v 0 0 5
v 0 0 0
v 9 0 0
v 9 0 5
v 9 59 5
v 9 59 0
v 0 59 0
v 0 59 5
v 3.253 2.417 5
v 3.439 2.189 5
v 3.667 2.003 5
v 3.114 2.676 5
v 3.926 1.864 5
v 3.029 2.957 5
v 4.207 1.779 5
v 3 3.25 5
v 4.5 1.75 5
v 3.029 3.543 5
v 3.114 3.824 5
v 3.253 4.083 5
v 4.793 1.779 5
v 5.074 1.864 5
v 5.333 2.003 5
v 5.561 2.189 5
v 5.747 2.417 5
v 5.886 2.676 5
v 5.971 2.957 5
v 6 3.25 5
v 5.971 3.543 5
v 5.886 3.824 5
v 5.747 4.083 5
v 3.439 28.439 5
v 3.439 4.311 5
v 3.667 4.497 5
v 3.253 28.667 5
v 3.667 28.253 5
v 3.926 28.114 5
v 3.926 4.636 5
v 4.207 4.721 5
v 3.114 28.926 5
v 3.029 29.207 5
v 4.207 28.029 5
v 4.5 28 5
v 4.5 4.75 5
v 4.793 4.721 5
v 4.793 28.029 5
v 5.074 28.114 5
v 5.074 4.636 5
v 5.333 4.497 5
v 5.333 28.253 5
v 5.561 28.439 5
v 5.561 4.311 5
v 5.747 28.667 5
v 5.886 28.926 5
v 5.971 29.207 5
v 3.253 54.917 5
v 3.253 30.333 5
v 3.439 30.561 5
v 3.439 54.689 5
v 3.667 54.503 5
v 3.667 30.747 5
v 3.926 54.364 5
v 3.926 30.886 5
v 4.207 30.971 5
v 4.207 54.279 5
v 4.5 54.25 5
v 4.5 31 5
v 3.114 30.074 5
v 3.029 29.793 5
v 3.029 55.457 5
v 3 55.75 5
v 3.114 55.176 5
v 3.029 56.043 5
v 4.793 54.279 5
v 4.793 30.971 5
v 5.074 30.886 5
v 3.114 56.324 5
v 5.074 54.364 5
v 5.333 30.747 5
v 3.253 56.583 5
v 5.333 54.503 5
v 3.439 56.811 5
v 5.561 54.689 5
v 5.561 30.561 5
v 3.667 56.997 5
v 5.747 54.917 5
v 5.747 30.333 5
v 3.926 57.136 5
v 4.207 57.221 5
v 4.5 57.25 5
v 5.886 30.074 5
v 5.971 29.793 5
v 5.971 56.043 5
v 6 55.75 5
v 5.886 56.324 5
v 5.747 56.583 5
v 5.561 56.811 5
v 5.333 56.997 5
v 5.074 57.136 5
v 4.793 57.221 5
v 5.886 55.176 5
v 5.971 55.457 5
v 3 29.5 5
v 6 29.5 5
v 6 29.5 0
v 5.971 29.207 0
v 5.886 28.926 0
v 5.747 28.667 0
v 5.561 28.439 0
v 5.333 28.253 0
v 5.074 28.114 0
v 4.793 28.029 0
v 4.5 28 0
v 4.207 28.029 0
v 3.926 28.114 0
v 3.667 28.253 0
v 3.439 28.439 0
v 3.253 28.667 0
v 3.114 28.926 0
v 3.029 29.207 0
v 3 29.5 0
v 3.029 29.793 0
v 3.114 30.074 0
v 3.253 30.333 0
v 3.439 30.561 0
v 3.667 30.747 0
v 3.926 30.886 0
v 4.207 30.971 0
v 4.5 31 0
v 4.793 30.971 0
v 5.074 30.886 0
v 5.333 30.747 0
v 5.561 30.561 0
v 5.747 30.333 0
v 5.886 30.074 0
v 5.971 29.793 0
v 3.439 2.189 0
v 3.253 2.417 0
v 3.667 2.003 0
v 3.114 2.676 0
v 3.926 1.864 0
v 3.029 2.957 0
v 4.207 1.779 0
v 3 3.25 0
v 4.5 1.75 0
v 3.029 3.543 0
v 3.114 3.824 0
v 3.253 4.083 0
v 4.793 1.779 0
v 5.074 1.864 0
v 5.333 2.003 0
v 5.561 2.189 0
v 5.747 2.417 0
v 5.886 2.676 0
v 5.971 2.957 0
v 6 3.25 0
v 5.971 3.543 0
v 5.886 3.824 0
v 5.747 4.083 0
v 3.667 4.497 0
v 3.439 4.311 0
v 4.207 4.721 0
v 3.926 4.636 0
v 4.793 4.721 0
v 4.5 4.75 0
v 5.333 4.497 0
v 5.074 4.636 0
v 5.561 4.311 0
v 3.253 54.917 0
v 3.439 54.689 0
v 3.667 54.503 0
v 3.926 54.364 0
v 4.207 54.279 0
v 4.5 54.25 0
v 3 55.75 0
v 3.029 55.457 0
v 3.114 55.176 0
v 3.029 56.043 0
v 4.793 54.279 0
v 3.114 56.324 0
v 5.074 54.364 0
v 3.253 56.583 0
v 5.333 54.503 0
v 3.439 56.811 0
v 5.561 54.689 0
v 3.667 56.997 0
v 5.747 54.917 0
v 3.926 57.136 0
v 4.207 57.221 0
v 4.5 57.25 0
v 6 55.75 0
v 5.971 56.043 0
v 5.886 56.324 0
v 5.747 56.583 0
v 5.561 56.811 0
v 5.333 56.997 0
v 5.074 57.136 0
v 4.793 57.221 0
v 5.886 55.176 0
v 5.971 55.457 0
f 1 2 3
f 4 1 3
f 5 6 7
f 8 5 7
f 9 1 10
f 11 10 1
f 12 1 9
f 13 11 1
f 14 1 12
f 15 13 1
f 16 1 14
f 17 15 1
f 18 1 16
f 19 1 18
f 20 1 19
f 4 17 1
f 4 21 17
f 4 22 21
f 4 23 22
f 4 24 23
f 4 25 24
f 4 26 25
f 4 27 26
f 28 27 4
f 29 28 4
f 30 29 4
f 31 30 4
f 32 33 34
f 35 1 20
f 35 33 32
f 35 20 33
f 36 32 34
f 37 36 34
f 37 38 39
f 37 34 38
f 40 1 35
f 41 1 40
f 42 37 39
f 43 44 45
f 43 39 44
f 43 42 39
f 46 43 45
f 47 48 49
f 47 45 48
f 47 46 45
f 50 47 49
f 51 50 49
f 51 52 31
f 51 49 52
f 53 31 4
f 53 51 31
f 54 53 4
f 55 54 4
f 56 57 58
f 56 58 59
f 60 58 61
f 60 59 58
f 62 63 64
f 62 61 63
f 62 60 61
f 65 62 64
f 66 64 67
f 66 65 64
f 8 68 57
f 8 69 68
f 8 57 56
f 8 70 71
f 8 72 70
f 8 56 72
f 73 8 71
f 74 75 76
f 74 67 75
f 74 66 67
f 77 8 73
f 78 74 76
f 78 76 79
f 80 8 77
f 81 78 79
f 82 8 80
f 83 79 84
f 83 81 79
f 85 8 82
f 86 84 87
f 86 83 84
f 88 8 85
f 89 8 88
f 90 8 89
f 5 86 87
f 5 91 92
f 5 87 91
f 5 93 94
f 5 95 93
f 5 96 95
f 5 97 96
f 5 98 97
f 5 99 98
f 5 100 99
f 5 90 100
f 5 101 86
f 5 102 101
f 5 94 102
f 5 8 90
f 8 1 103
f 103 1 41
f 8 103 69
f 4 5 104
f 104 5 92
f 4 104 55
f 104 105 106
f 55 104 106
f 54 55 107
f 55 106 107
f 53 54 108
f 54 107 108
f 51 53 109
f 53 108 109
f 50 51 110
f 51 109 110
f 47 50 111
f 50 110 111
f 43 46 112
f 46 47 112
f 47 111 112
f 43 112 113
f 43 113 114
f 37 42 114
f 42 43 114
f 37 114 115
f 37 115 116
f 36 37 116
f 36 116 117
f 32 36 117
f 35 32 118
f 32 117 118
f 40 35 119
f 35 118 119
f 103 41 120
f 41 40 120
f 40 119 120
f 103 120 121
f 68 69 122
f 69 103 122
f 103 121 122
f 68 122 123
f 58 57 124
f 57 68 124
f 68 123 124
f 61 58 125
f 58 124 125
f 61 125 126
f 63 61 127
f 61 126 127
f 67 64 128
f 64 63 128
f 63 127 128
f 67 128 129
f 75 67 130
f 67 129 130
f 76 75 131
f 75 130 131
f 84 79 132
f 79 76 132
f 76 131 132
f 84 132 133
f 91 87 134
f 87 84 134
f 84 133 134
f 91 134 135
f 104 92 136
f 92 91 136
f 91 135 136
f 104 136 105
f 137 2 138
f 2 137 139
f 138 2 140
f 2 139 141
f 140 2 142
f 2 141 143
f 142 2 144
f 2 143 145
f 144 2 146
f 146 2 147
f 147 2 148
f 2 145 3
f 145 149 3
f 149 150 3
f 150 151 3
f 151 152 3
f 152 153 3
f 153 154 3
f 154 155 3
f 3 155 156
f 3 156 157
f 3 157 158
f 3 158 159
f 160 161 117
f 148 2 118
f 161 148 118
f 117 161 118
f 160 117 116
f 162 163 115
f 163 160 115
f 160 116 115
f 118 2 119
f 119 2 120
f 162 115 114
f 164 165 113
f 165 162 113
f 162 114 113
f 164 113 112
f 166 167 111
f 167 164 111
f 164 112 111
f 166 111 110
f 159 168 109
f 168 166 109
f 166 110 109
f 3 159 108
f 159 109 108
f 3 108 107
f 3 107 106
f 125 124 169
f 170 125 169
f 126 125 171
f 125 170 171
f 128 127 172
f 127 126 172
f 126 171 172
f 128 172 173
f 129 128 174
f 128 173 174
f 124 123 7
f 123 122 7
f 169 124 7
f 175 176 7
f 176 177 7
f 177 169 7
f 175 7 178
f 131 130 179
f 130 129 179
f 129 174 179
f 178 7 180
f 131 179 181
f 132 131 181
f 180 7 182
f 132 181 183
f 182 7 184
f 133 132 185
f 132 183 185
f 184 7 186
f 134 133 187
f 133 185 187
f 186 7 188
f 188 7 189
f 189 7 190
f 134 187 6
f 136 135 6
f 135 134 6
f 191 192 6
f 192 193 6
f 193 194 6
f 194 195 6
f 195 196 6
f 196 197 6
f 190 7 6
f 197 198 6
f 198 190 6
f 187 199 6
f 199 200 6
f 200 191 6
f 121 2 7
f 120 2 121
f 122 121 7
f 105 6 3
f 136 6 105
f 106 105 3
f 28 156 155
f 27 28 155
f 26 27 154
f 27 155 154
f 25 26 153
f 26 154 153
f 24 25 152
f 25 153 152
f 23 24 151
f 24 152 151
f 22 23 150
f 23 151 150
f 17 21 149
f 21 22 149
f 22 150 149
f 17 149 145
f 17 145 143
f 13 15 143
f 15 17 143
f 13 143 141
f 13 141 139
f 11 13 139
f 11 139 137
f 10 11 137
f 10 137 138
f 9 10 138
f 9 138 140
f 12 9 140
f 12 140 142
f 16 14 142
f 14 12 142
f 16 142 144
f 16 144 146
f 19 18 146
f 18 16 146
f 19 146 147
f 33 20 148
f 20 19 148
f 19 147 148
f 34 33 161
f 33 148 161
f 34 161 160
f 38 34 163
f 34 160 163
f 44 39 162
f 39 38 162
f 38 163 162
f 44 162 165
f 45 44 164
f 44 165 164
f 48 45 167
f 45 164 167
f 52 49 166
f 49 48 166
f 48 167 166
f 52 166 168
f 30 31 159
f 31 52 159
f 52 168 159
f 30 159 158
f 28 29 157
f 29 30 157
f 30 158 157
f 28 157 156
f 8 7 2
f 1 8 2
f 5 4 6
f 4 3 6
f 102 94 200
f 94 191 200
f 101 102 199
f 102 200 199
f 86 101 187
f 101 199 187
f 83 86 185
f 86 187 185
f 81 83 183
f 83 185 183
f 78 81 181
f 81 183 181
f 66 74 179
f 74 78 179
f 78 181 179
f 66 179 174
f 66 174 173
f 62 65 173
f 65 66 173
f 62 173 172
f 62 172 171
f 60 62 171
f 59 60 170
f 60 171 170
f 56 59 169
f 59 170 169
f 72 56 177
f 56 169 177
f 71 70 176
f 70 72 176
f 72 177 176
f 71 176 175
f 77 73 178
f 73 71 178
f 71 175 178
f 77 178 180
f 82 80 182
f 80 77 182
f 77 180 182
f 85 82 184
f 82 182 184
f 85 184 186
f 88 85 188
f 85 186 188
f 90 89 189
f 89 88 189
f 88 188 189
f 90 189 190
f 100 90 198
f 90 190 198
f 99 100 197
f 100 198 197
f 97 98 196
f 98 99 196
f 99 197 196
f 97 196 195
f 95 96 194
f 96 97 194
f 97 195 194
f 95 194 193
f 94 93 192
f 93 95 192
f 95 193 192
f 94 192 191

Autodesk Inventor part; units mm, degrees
ref_plane "YZ Plane" through (0, 0, 0) normal (1, 0, 0) x (0, 1, 0)
ref_plane "XZ Plane" through (0, 0, 0) normal (0, 1, 0) x (-1, 0, 0)
ref_plane "XY Plane" through (0, 0, 0) normal (0, 0, 1) x (1, 0, 0)
sketch "Sketch1" plane through (0, 0, 0) normal (0, 0, 1) x (1, 0, 0)
  line L0 (0, 0) -> (9, 0)
  line L1 (9, 0) -> (9, 59)
  line L2 (9, 59) -> (0, 59)
  line L3 (0, 59) -> (0, 0)
  circle A0 centre (4.5, 55.75) radius 1.5
  circle A1 centre (4.5, 3.25) radius 1.5
  line L4 (4.5, 55.75) -> (4.5, 3.25) construction
  circle A2 centre (4.5, 29.5) radius 1.5
  point P0 (9, 29.5)
  point P1 (4.5, 59)
  dimension "d0" = 9
  dimension "d1" = 59
  dimension "d2" = 3
  dimension "d3" = 3
  dimension "d4" = 52.5
  dimension "d5" = 3
extrude "Extrusion1" add sketch "Sketch1" along normal blind 5
properties part number "SJ017" material "ABS Plastic"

* * *

- **Action item**
Of all the entries above, retype exactly the lines from the line with "f 44 39 162" to the line with "f 94 192 191", both included, and no others.

- **Written solution**
f 44 39 162
f 39 38 162
f 38 163 162
f 44 162 165
f 45 44 164
f 44 165 164
f 48 45 167
f 45 164 167
f 52 49 166
f 49 48 166
f 48 167 166
f 52 166 168
f 30 31 159
f 31 52 159
f 52 168 159
f 30 159 158
f 28 29 157
f 29 30 157
f 30 158 157
f 28 157 156
f 8 7 2
f 1 8 2
f 5 4 6
f 4 3 6
f 102 94 200
f 94 191 200
f 101 102 199
f 102 200 199
f 86 101 187
f 101 199 187
f 83 86 185
f 86 187 185
f 81 83 183
f 83 185 183
f 78 81 181
f 81 183 181
f 66 74 179
f 74 78 179
f 78 181 179
f 66 179 174
f 66 174 173
f 62 65 173
f 65 66 173
f 62 173 172
f 62 172 171
f 60 62 171
f 59 60 170
f 60 171 170
f 56 59 169
f 59 170 169
f 72 56 177
f 56 169 177
f 71 70 176
f 70 72 176
f 72 177 176
f 71 176 175
f 77 73 178
f 73 71 178
f 71 175 178
f 77 178 180
f 82 80 182
f 80 77 182
f 77 180 182
f 85 82 184
f 82 182 184
f 85 184 186
f 88 85 188
f 85 186 188
f 90 89 189
f 89 88 189
f 88 188 189
f 90 189 190
f 100 90 198
f 90 190 198
f 99 100 197
f 100 198 197
f 97 98 196
f 98 99 196
f 99 197 196
f 97 196 195
f 95 96 194
f 96 97 194
f 97 195 194
f 95 194 193
f 94 93 192
f 93 95 192
f 95 193 192
f 94 192 191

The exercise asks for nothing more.